Could you copy, exactly as written, every line from the first line of the records through the one containing "v3 v3 CIRCLE(AX(P(17.145,-19.05,0),D(0,0,-1),D(0,-1,0)),1.651)"?

Dataset records:
··········

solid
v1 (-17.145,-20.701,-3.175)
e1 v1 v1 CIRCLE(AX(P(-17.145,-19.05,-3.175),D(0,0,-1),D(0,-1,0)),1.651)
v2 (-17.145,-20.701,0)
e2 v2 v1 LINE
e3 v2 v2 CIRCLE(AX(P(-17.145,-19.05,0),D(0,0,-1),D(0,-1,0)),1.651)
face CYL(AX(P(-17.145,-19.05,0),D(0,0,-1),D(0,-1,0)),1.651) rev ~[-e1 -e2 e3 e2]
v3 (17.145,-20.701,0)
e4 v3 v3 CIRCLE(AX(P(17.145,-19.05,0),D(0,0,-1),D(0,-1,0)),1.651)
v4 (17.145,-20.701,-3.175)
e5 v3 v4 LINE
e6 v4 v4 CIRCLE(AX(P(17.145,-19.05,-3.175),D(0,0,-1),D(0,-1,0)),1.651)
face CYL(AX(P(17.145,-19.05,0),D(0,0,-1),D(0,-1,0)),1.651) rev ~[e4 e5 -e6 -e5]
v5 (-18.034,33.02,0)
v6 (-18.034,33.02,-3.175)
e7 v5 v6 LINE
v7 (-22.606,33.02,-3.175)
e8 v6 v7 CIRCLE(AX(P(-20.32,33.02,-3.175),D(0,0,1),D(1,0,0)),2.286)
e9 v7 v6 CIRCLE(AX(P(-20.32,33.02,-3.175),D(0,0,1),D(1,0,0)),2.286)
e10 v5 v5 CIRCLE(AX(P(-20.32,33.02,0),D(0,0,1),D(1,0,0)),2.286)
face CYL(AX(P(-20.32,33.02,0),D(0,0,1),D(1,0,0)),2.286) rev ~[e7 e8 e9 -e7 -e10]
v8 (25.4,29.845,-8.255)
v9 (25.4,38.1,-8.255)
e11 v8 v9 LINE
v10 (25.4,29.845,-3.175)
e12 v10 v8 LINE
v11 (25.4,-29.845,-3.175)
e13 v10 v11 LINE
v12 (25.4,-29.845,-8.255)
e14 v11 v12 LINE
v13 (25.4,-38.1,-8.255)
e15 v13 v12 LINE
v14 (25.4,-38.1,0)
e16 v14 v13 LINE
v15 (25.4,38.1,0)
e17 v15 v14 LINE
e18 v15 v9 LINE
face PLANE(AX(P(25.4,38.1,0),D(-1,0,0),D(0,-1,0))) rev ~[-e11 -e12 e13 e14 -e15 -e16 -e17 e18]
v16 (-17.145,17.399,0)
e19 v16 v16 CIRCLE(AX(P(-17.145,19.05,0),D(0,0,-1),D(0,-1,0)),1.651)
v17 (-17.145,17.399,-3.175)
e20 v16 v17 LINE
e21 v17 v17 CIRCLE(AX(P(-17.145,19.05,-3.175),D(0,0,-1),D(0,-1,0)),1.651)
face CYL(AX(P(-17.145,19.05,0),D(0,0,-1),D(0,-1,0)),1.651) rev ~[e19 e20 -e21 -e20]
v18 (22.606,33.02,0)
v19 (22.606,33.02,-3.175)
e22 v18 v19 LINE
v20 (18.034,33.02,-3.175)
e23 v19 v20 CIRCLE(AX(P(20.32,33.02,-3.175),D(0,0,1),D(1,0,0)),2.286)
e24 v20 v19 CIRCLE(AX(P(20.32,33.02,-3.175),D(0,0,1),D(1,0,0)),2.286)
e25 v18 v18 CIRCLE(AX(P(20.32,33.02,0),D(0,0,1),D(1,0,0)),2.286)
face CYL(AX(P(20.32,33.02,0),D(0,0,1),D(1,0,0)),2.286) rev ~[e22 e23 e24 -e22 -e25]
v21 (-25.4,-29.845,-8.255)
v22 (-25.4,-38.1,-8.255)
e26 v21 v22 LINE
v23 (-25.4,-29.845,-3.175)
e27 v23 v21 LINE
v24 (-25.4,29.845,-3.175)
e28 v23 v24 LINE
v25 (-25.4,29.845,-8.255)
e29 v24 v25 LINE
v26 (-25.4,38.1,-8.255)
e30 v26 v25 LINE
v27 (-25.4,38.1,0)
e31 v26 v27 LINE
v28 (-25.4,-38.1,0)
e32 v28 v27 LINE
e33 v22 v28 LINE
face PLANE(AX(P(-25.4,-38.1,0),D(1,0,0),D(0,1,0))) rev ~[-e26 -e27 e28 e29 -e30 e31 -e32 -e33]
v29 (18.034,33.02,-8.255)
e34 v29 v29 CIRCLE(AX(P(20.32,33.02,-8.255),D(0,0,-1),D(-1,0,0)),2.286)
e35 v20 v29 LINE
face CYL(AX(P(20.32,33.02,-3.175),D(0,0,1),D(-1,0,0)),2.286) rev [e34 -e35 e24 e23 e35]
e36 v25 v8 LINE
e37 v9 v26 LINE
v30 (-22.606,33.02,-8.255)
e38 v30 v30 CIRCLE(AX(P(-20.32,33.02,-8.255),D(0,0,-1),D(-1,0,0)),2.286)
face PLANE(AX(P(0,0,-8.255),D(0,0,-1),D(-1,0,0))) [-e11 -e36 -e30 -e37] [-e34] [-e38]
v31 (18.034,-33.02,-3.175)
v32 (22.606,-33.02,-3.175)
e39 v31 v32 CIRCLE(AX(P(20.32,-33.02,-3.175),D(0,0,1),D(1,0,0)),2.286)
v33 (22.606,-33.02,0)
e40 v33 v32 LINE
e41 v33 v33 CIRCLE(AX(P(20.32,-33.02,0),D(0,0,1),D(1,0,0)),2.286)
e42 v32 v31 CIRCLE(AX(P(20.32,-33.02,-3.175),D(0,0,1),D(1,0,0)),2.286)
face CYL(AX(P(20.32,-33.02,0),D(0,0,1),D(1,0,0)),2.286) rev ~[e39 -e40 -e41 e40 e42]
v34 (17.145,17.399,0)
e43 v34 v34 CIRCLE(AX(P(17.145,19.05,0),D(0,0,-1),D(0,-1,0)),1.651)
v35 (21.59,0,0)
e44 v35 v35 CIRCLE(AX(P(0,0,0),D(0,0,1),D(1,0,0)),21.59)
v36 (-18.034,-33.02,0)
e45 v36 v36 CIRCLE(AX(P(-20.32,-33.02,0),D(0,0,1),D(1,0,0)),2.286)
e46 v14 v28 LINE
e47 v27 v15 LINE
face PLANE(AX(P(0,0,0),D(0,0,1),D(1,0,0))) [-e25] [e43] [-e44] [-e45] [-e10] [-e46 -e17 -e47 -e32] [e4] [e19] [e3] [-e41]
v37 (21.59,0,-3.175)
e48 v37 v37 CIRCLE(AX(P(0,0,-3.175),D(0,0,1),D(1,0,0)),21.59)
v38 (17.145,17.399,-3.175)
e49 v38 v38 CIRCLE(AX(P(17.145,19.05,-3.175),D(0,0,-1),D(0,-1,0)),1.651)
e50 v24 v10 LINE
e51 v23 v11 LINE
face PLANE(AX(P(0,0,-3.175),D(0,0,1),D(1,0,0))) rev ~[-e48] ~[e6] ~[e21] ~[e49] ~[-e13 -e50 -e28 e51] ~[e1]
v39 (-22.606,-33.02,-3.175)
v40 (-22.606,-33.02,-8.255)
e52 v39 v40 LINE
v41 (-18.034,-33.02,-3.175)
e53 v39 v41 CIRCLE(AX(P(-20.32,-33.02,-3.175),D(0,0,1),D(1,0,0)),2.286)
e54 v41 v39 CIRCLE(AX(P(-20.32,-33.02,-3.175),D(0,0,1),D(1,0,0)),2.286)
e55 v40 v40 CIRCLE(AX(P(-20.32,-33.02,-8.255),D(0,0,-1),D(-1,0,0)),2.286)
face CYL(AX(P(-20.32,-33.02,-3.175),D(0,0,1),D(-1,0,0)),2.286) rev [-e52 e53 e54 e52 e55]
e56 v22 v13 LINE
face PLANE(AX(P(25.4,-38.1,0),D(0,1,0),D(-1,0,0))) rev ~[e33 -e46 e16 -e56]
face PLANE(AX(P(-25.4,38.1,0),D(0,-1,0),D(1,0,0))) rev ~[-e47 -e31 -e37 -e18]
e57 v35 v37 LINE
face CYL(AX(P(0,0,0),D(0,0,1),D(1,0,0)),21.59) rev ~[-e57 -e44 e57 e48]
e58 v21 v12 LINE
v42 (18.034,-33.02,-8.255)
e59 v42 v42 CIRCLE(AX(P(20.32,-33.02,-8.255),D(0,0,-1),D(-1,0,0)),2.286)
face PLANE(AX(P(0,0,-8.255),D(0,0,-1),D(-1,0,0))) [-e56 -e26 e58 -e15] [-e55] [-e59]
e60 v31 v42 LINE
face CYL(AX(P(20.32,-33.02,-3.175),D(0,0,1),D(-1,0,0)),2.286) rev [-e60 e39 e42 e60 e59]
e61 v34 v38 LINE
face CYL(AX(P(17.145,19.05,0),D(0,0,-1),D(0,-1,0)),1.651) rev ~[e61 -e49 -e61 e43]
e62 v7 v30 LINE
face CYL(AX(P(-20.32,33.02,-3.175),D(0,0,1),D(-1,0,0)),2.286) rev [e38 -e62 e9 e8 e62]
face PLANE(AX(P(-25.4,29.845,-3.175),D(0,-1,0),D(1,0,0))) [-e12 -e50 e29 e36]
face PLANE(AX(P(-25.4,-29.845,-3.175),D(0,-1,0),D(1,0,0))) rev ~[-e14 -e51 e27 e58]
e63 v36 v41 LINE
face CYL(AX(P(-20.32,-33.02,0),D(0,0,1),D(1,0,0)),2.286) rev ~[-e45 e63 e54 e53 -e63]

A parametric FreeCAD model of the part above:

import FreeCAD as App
import Part
import Sketcher
from FreeCAD import Vector
Q = App.Units.Quantity

doc = App.newDocument("Part")
body = doc.addObject("PartDesign::Body", "Body")

# Sketch on XY plane
sketch1 = body.newObject("Sketcher::SketchObject", "Sketch")
sketch1.AttachmentSupport = (doc.getObject("XY_Plane"), [""])
sketch1.MapMode = "FlatFace"
sketch1.addGeometry([
    Part.LineSegment(Vector(25.4, 38.1, 0), Vector(-25.4, 38.1, 0)),  # 0
    Part.LineSegment(Vector(-25.4, 38.1, 0), Vector(-25.4, -38.1, 0)),  # 1
    Part.LineSegment(Vector(-25.4, -38.1, 0), Vector(25.4, -38.1, 0)),  # 2
    Part.LineSegment(Vector(25.4, -38.1, 0), Vector(25.4, 38.1, 0)),  # 3
    Part.Circle(Vector(-20.3, -33, 0), Vector(0, 0, 1), 2.3),  # 4
    Part.Circle(Vector(20.3, -33, 0), Vector(0, 0, 1), 2.3),  # 5
    Part.Circle(Vector(0, 0, 0), Vector(0, 0, 1), 21.6),  # 6
    Part.Circle(Vector(-20.3, 33, 0), Vector(0, 0, 1), 2.3),  # 7
    Part.Circle(Vector(20.3, 33, 0), Vector(0, 0, 1), 2.3),  # 8
], False)
sketch1.addConstraint([
    Sketcher.Constraint("Coincident", 0, 2, 1, 1),
    Sketcher.Constraint("Coincident", 1, 2, 2, 1),
    Sketcher.Constraint("Coincident", 2, 2, 3, 1),
    Sketcher.Constraint("Coincident", 3, 2, 0, 1),
    Sketcher.Constraint("Horizontal", 0),
    Sketcher.Constraint("Vertical", 1),
    Sketcher.Constraint("Horizontal", 2),
    Sketcher.Constraint("Vertical", 3),
    Sketcher.Constraint("Coincident", 6, 3, -1, 1),
    Sketcher.Constraint("Equal", 4, 5),
    Sketcher.Constraint("Equal", 5, 7),
    Sketcher.Constraint("Equal", 7, 8),
    Sketcher.Constraint("Symmetric", 5, 3, 7, 3, -1, 1),
    Sketcher.Constraint("Symmetric", 4, 3, 8, 3, -1, 1),
    Sketcher.Constraint("Symmetric", 0, 2, 2, 2, -1, 1),
    Sketcher.Constraint("Symmetric", 4, 3, 5, 3, -2),
    Sketcher.Constraint("Diameter", 6, Q("1.7 in")),
    Sketcher.Constraint("Diameter", 4, Q("0.18 in")),
    Sketcher.Constraint("DistanceX", 0, 2, 0, 1, Q("2 in")),
    Sketcher.Constraint("DistanceY", 1, 2, 1, 1, Q("3 in")),
    Sketcher.Constraint("DistanceX", 4, 3, 5, 3, Q("1.6 in")),
    Sketcher.Constraint("DistanceY", 4, 3, 7, 3, Q("2.6 in")),
])
pad1 = body.newObject("PartDesign::Pad", "Pad")
pad1.Profile = sketch1
pad1.Length = Q("0.125 in")
pad1.Reversed = True

# Sketch on XY plane
sketch2 = body.newObject("Sketcher::SketchObject", "Sketch001")
sketch2.AttachmentSupport = (doc.getObject("XY_Plane"), [""])
sketch2.MapMode = "FlatFace"
sketch2.AttachmentOffset = App.Placement(Vector(0, 0, -0.125 * 25.4), App.Rotation())
sketch2.addGeometry([
    Part.LineSegment(Vector(-25.4, 29.8, 0), Vector(-25.4, 38.1, 0)),  # 0
    Part.LineSegment(Vector(-25.4, 38.1, 0), Vector(25.4, 38.1, 0)),  # 1
    Part.LineSegment(Vector(25.4, 38.1, 0), Vector(25.4, 29.8, 0)),  # 2
    Part.LineSegment(Vector(25.4, 29.8, 0), Vector(-25.4, 29.8, 0)),  # 3
    Part.Circle(Vector(20.3, 33, 0), Vector(0, 0, 1), 2.3),  # 4
    Part.Circle(Vector(-20.3, 33, 0), Vector(0, 0, 1), 2.3),  # 5
    Part.LineSegment(Vector(-25.4, -38.1, 0), Vector(-25.4, -29.8, 0)),  # 6
    Part.LineSegment(Vector(-25.4, -29.8, 0), Vector(25.4, -29.8, 0)),  # 7
    Part.LineSegment(Vector(25.4, -29.8, 0), Vector(25.4, -38.1, 0)),  # 8
    Part.LineSegment(Vector(25.4, -38.1, 0), Vector(-25.4, -38.1, 0)),  # 9
    Part.Circle(Vector(20.3, -33, 0), Vector(0, 0, 1), 2.3),  # 10
    Part.Circle(Vector(-20.3, -33, 0), Vector(0, 0, 1), 2.3),  # 11
], False)
sketch2.addConstraint([
    Sketcher.Constraint("Coincident", 0, 2, 1, 1),
    Sketcher.Constraint("Coincident", 1, 2, 2, 1),
    Sketcher.Constraint("Coincident", 2, 2, 3, 1),
    Sketcher.Constraint("Coincident", 3, 2, 0, 1),
    Sketcher.Constraint("Coincident", 6, 2, 7, 1),
    Sketcher.Constraint("Coincident", 7, 2, 8, 1),
    Sketcher.Constraint("Coincident", 8, 2, 9, 1),
    Sketcher.Constraint("Coincident", 9, 2, 6, 1),
    Sketcher.Constraint("Vertical", 0),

··········

* _EXPECTED ANSWER_
solid
v1 (-17.145,-20.701,-3.175)
e1 v1 v1 CIRCLE(AX(P(-17.145,-19.05,-3.175),D(0,0,-1),D(0,-1,0)),1.651)
v2 (-17.145,-20.701,0)
e2 v2 v1 LINE
e3 v2 v2 CIRCLE(AX(P(-17.145,-19.05,0),D(0,0,-1),D(0,-1,0)),1.651)
face CYL(AX(P(-17.145,-19.05,0),D(0,0,-1),D(0,-1,0)),1.651) rev ~[-e1 -e2 e3 e2]
v3 (17.145,-20.701,0)
e4 v3 v3 CIRCLE(AX(P(17.145,-19.05,0),D(0,0,-1),D(0,-1,0)),1.651)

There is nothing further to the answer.